Assignment ▸
Tally the lines in the entries below where the string "sockets" occurs. Reply with the total alone.

· · · ·

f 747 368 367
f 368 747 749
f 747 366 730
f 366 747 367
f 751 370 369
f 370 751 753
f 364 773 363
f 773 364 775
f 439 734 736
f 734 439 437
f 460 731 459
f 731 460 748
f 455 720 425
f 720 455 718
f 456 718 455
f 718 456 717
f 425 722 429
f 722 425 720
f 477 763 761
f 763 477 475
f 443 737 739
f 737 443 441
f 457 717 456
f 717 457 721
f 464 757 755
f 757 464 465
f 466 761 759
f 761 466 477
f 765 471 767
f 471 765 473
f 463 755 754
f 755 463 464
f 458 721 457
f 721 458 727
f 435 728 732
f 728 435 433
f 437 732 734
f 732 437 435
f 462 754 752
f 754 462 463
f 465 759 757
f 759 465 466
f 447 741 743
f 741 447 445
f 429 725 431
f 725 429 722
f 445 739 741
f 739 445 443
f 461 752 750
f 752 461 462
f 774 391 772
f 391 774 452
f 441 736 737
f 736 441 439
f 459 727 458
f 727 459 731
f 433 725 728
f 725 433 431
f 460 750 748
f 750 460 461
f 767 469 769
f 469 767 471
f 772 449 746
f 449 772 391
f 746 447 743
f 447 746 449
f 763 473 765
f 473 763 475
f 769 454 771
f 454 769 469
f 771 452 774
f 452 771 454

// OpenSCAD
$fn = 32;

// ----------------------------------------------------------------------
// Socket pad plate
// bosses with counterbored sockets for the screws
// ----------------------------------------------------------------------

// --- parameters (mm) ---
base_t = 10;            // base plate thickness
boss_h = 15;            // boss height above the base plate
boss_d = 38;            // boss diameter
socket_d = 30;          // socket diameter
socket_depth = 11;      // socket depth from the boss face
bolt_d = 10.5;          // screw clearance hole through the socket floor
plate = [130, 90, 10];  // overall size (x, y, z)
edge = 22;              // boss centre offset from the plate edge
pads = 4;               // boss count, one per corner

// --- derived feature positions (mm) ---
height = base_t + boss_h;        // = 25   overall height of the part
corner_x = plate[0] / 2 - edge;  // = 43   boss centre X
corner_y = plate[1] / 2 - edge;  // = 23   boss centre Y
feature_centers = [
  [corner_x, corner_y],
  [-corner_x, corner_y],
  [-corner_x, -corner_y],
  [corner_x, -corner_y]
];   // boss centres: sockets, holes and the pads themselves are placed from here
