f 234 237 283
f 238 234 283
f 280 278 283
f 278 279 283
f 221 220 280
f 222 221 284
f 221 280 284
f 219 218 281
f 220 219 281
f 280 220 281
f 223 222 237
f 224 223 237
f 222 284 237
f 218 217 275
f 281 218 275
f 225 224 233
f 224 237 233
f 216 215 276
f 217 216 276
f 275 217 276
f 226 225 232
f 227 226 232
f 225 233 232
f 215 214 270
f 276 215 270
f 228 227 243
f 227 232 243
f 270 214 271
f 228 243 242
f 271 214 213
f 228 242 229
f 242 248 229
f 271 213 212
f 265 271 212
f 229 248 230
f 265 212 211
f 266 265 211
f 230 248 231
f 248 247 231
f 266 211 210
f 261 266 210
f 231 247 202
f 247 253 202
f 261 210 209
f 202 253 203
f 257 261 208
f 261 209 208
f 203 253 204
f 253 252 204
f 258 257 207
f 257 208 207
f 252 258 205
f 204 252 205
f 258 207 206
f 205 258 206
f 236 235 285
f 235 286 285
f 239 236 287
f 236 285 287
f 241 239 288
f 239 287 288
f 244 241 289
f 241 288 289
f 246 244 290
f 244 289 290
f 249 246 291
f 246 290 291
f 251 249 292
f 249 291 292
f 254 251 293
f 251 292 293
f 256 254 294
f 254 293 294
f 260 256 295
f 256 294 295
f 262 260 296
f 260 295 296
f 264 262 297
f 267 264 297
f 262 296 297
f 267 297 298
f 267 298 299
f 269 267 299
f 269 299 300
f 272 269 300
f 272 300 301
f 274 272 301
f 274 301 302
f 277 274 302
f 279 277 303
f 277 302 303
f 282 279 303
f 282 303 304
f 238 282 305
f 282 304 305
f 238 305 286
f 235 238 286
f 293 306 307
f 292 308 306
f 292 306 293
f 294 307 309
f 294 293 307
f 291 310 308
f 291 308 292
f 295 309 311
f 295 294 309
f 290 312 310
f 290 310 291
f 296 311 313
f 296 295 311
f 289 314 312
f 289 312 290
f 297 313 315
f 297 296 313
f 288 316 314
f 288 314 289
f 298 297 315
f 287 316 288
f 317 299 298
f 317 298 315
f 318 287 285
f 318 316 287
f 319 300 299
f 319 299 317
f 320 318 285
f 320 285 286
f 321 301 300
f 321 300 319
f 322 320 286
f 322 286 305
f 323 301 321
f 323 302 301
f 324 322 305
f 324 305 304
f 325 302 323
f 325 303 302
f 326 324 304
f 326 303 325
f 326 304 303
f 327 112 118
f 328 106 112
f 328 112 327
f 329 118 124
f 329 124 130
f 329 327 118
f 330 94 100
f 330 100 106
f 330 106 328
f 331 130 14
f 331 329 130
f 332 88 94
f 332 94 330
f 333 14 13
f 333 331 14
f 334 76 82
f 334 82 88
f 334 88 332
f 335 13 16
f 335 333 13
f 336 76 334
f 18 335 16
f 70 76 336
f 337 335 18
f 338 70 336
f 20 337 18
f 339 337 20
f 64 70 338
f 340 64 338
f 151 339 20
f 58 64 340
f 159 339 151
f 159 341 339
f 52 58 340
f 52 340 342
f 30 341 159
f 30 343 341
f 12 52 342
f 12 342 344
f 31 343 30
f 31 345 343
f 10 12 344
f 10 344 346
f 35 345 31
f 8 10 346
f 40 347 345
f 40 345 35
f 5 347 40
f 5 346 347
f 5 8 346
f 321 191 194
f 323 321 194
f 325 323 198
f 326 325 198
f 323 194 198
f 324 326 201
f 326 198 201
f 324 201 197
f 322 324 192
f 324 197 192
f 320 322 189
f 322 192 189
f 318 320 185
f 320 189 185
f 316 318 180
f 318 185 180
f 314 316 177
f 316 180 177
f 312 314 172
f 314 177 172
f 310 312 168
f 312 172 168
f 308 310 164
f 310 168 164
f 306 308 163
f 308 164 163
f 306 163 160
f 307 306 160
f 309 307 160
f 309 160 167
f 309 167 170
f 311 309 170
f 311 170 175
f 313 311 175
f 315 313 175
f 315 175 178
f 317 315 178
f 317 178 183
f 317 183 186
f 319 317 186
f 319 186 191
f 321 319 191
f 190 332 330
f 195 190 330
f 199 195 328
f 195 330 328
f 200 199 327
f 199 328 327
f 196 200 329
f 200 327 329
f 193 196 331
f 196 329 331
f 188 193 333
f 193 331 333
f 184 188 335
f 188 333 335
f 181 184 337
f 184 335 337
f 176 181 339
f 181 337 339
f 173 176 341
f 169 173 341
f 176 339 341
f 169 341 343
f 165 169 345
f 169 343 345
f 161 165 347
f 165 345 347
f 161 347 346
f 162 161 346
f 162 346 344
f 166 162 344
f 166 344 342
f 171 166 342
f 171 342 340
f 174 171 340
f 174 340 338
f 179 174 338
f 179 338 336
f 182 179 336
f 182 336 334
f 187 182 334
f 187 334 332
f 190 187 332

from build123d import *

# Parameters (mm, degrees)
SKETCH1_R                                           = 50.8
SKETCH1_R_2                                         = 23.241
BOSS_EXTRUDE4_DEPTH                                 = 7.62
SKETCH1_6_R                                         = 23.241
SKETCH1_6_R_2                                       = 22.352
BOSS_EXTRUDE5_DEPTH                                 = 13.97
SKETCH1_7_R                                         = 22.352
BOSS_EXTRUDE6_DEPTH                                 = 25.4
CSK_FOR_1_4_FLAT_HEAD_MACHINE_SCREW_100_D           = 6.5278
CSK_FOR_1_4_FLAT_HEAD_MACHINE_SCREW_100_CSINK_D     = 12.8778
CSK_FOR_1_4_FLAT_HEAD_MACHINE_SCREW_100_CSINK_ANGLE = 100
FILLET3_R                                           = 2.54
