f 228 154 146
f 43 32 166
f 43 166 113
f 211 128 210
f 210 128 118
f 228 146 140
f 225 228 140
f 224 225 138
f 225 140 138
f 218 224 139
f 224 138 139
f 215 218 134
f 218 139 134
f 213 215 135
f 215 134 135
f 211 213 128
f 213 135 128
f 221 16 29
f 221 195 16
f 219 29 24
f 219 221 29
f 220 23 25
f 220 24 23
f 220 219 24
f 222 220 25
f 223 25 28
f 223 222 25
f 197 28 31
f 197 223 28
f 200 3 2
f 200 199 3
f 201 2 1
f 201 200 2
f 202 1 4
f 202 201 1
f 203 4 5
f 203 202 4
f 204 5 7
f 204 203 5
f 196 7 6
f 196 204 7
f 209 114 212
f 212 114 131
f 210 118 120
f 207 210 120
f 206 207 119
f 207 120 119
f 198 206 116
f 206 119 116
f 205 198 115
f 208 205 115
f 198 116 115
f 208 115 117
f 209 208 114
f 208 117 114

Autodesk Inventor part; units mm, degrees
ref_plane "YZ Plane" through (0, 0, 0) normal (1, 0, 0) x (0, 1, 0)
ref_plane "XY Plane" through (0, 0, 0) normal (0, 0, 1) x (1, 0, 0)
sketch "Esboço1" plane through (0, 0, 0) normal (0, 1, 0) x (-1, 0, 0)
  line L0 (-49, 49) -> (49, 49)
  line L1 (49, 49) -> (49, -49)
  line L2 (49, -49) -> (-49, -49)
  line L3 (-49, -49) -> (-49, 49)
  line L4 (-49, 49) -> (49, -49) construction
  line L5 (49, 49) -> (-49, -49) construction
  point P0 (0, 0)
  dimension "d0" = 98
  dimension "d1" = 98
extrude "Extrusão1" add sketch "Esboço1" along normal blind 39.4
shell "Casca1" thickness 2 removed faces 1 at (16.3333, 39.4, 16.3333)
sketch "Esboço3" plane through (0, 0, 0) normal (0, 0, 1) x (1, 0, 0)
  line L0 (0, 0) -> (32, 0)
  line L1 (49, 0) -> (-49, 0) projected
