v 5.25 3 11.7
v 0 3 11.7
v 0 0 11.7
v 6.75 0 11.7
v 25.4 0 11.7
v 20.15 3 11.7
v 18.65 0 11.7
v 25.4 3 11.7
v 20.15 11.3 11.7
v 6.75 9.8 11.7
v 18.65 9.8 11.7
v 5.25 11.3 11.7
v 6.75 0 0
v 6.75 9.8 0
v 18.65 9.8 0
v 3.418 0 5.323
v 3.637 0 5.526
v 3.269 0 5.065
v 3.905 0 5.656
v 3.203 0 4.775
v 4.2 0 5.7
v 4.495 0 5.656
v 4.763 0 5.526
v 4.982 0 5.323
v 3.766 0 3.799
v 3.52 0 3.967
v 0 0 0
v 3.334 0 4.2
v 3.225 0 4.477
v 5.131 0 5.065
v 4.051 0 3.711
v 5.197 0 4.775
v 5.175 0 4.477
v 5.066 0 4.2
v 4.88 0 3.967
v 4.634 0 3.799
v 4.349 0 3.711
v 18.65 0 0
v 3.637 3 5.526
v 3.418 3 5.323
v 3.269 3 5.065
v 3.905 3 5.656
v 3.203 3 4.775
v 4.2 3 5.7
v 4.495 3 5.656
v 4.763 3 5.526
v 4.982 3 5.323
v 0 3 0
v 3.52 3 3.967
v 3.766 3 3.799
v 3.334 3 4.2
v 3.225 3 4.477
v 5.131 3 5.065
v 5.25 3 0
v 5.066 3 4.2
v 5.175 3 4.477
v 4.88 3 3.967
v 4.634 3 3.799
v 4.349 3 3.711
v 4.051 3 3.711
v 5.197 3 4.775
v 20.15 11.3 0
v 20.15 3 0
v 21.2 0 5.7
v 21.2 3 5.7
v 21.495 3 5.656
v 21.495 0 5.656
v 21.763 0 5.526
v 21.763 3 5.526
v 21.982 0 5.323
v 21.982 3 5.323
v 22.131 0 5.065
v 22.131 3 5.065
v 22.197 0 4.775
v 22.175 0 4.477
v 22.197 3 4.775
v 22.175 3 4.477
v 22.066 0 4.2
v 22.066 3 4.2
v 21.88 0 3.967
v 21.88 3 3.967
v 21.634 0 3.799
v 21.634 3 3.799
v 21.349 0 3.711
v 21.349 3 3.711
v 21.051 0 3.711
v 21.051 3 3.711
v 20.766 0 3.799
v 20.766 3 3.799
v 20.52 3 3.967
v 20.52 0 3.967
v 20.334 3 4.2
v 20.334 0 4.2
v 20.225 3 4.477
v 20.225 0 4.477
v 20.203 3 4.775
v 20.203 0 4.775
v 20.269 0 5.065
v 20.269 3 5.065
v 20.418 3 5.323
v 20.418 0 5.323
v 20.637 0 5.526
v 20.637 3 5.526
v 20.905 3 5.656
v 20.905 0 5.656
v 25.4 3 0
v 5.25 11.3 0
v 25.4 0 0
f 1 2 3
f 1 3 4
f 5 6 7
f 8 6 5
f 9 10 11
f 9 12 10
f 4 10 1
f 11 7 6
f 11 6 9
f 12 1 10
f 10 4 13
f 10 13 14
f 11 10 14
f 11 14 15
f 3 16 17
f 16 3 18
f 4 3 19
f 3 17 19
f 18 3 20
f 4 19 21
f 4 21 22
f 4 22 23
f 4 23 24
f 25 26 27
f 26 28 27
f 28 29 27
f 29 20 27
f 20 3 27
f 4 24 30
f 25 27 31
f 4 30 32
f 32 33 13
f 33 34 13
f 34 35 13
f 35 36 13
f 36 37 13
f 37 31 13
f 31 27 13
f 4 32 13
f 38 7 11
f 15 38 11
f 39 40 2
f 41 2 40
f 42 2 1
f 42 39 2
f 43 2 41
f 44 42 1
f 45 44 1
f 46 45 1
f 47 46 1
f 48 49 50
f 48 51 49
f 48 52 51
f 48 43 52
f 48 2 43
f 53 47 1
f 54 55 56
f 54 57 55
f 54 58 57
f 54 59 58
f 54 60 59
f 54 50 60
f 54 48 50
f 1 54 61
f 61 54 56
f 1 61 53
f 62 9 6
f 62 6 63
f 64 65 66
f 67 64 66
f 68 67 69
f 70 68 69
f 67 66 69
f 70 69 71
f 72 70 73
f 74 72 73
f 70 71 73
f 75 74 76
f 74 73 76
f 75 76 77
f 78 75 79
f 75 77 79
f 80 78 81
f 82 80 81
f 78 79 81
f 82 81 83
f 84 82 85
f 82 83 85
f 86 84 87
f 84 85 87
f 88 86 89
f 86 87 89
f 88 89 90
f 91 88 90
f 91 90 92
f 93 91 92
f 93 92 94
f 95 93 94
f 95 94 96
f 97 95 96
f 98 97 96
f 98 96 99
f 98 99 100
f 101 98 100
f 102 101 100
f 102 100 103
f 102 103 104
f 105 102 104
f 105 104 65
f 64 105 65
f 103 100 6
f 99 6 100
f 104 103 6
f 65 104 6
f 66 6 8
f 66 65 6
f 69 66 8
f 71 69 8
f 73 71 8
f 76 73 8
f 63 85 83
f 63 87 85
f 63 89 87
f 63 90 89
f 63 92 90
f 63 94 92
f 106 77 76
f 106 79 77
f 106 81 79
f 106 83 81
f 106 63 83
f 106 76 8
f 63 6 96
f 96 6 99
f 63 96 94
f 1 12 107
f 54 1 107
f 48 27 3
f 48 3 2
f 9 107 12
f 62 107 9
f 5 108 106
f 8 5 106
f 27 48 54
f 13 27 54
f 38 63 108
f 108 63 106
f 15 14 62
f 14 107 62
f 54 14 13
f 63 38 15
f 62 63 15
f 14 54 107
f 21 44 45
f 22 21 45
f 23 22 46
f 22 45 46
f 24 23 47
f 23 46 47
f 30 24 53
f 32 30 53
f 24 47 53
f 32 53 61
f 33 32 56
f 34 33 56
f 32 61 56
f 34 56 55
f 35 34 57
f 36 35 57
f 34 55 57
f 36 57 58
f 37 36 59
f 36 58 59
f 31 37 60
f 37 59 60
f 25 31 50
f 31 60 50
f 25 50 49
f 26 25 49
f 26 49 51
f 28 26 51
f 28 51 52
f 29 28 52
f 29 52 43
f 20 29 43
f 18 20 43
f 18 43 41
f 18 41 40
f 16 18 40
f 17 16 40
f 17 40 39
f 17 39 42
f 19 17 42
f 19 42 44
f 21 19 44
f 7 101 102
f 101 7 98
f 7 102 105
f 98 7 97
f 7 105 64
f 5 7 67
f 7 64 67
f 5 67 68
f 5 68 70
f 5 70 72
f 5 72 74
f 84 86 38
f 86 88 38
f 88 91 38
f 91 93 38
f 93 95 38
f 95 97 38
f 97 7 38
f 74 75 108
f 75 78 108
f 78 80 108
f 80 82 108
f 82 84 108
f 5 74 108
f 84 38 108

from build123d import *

# Parameters (mm, degrees)
CROQUIS1_W              = 25.4
CROQUIS1_H              = 11.3
SALIENTE_EXTRUIR1_DEPTH = 11.7
CROQUIS2_W              = 5.25
CROQUIS2_H              = 11.7
CORTAR_EXTRUIR1_DEPTH   = 8.3
CROQUIS3_W              = 11.9
CROQUIS3_H              = 9.8
CORTAR_EXTRUIR2_DEPTH   = 31.161896492
CROQUIS4_R              = 1
CORTAR_EXTRUIR3_DEPTH   = 30.170875887


with BuildPart() as part:
    # Croquis1 → Saliente-Extruir1 (new body)
    with BuildSketch(Plane.XY):
        with Locations((12.7, 5.65)):
            Rectangle(CROQUIS1_W, CROQUIS1_H)
    extrude(amount=SALIENTE_EXTRUIR1_DEPTH)

    # Croquis2 → Cortar-Extruir1 (cut)
    with BuildSketch(Plane(origin=(0, 11.3, 0), x_dir=(1, 0, 0), z_dir=(0, 1, 0))):
        with Locations((2.625, -5.85)):
            Rectangle(CROQUIS2_W, CROQUIS2_H)
        with Locations((22.775, -5.85)):
            Rectangle(CROQUIS2_W, CROQUIS2_H)
    extrude(amount=-CORTAR_EXTRUIR1_DEPTH, mode=Mode.SUBTRACT)

    # Croquis3 → Cortar-Extruir2 (cut, through all)
    with BuildSketch(Plane.XY.offset(11.7)):
        with Locations((12.7, 4.9)):
            Rectangle(CROQUIS3_W, CROQUIS3_H)
    extrude(amount=-CORTAR_EXTRUIR2_DEPTH, mode=Mode.SUBTRACT)

    # Croquis4 → Cortar-Extruir3 (cut, through all)
    with BuildSketch(Plane(origin=(0, 3, 0), x_dir=(1, 0, 0), z_dir=(0, 1, 0))):
        with Locations(Location((21.2, -4.7, 0), (0, 0, 270))):
            Circle(CROQUIS4_R)
        with Locations(Location((4.2, -4.7, 0), (0, 0, 270))):
            Circle(CROQUIS4_R)
    extrude(amount=-CORTAR_EXTRUIR3_DEPTH, mode=Mode.SUBTRACT)


solid = part.part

· · · ·

Answer ▸
2